Wish List: Multiparty FaceTime video

Note: This story has not been updated for several years.

Steve Jobs and Jony Ive introduce FaceTime.
Steve Jobs and Jony Ive introduce FaceTime in 2010.

Enough of last week’s negativity–for the moment, anyway–and let’s turn once again towards the aspirational. Last night, five of my friends and I defeated the Atheon in Destiny’s Vault of Glass raid; it was a suitably epic undertaking, hampered only by the fact that the voice chat on the Xbox 360 still sucks after all these years. So we turned instead to a Google Hangout, which unquestionably provided both better quality and more reliability.1

But this got me thinking. In the book I recently co-authored with pal Jeff Carlson, we discuss keeping in touch with your family via video chat. While Apple’s FaceTime is great for one-on-one interactions, it doesn’t support multiparty video chats. So if you have many farflung friends or family who want to chat, you have to look elsewhere: Google Hangouts work pretty well, and Skype has begun to offer its formerly pay-only multiparty video chats to everybody (though it’s not currently available on every platform). Those are just two of the most popular options; there are plenty of others. But it’s one ring into which Apple hasn’t yet thrown its hat.

FaceTime Audio
“Add Call” lets you have a multiparty FaceTime Audio chat.

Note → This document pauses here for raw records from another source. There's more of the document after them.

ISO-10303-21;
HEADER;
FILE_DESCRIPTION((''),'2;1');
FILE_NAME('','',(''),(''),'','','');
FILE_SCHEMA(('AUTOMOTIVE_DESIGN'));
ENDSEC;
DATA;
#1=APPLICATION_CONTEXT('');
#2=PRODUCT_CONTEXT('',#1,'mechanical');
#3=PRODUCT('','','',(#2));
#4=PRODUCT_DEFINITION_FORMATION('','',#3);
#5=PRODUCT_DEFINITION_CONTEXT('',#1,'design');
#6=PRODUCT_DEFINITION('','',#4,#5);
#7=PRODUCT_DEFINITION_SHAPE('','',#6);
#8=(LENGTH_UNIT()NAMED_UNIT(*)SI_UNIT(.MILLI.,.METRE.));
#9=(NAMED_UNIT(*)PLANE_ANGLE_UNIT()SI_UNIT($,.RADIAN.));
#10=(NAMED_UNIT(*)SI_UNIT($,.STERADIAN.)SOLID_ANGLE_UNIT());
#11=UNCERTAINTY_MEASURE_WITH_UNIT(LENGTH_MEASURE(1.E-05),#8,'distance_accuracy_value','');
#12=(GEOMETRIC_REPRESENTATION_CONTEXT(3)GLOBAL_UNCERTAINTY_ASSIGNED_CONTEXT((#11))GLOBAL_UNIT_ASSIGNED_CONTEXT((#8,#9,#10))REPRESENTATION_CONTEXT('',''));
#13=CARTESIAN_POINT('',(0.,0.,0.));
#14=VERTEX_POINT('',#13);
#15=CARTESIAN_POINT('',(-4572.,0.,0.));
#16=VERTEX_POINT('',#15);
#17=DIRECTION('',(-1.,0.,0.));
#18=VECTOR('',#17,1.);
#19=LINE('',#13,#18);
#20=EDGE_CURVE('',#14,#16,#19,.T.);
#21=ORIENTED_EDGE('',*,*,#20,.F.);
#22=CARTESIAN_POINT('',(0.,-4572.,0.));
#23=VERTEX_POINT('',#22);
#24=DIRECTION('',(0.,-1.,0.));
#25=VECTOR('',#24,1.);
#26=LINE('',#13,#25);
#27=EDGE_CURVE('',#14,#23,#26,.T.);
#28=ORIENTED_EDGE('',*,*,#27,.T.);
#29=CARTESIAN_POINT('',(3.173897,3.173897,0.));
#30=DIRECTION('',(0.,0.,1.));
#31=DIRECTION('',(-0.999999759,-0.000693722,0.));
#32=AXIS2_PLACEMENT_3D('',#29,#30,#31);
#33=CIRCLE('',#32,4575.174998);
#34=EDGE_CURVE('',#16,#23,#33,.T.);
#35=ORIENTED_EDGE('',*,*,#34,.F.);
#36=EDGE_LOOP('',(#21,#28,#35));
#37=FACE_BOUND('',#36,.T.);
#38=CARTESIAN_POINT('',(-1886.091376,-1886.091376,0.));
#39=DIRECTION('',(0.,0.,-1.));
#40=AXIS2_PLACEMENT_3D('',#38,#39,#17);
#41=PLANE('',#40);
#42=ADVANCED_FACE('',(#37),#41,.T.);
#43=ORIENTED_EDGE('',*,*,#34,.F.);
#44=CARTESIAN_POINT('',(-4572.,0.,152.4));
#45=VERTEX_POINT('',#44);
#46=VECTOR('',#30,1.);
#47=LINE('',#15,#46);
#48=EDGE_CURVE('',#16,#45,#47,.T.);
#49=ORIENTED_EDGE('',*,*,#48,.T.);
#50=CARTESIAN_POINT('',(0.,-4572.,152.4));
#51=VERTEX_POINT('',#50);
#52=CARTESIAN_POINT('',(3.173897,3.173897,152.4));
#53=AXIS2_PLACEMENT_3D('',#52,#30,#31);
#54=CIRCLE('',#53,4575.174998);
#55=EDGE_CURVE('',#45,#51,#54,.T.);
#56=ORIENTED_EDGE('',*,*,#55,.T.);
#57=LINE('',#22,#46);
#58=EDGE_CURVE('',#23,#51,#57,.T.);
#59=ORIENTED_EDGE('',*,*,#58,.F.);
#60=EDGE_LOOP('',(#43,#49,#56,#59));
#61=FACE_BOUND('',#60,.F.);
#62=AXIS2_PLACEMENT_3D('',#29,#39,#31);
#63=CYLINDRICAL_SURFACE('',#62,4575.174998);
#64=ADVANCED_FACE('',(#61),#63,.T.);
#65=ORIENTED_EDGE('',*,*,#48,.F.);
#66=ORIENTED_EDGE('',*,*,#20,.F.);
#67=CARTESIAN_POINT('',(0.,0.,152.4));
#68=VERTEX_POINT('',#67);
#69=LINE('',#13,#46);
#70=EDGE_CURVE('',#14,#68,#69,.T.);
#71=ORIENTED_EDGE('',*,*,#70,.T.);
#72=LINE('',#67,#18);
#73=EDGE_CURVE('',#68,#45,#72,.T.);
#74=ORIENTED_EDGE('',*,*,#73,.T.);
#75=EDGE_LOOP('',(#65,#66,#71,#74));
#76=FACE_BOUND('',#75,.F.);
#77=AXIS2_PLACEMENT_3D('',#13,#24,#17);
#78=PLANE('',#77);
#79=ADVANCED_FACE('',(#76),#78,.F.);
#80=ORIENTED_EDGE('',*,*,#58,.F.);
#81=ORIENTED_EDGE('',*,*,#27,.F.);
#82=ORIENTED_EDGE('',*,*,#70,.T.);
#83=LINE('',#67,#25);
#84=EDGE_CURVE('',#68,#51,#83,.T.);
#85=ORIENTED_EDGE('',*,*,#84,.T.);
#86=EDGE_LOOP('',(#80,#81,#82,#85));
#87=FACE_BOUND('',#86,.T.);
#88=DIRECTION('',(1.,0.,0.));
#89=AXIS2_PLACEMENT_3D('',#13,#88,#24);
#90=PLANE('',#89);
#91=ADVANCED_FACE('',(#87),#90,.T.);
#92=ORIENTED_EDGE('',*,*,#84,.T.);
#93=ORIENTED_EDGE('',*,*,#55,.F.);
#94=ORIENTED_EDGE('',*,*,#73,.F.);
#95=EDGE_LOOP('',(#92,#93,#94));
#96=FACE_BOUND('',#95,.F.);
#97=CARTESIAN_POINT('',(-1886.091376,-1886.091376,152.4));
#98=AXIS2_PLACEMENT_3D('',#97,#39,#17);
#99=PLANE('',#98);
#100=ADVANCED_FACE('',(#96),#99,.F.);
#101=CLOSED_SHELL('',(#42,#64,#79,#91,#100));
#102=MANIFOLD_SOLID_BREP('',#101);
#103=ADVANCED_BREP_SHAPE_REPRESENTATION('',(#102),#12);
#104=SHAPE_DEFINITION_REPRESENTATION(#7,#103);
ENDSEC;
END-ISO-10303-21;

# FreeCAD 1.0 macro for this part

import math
import FreeCAD as App
import Part
import Sketcher
Q = App.Units.Quantity

doc = App.newDocument("Part")
body = doc.addObject("PartDesign::Body", "Body")

sketch1 = body.newObject("Sketcher::SketchObject", "Sketch")
sketch1.AttachmentSupport = (doc.getObject("XY_Plane"), [""])
sketch1.MapMode = "FlatFace"
sketch1.addGeometry(Part.LineSegment(App.Vector(0, -4572, 0), App.Vector(0, 0, 0)), False)
sketch1.addGeometry(Part.LineSegment(App.Vector(0, 0, 0), App.Vector(-4572, 0, 0)), False)
sketch1.addGeometry(Part.ArcOfCircle(Part.Circle(App.Vector(3, 3, 0), App.Vector(0, 0, 1), 4575), math.radians(-180), math.radians(-90)), False)
sketch1.addConstraint(Sketcher.Constraint("Coincident", 0, 2, 1, 1))
sketch1.addConstraint(Sketcher.Constraint("Coincident", 1, 2, 2, 1))
sketch1.addConstraint(Sketcher.Constraint("Coincident", 2, 2, 0, 1))
sketch1.addConstraint(Sketcher.Constraint("Vertical", 0))
sketch1.addConstraint(Sketcher.Constraint("Horizontal", 1))
sketch1.addConstraint(Sketcher.Constraint("Coincident", 0, 2, -1, 1))
sketch1.addConstraint(Sketcher.Constraint("Equal", 1, 0))
sketch1.addConstraint(Sketcher.Constraint("DistanceX", 1, 2, 1, 1, Q("180 in")))
sketch1.addConstraint(Sketcher.Constraint("Radius", 2, Q("180.1249999 in")))
pad1 = body.newObject("PartDesign::Pad", "Pad")
pad1.Profile = sketch1
pad1.Length = Q("6 in")

doc.recompute()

Interestingly enough, FaceTime Audio does allow for multiparty connections, though it’s a little bit hidden.2 And Mac users might remember that earlier versions of iChat (now Messages) actually had support for up to four people in a video chat; it was surprisingly high-quality and easy-to-use for the time. Still, it’d be great to see Apple bring the same simplicity and ease-of-use3 to multiparty video chats that it has to the one-on-one model.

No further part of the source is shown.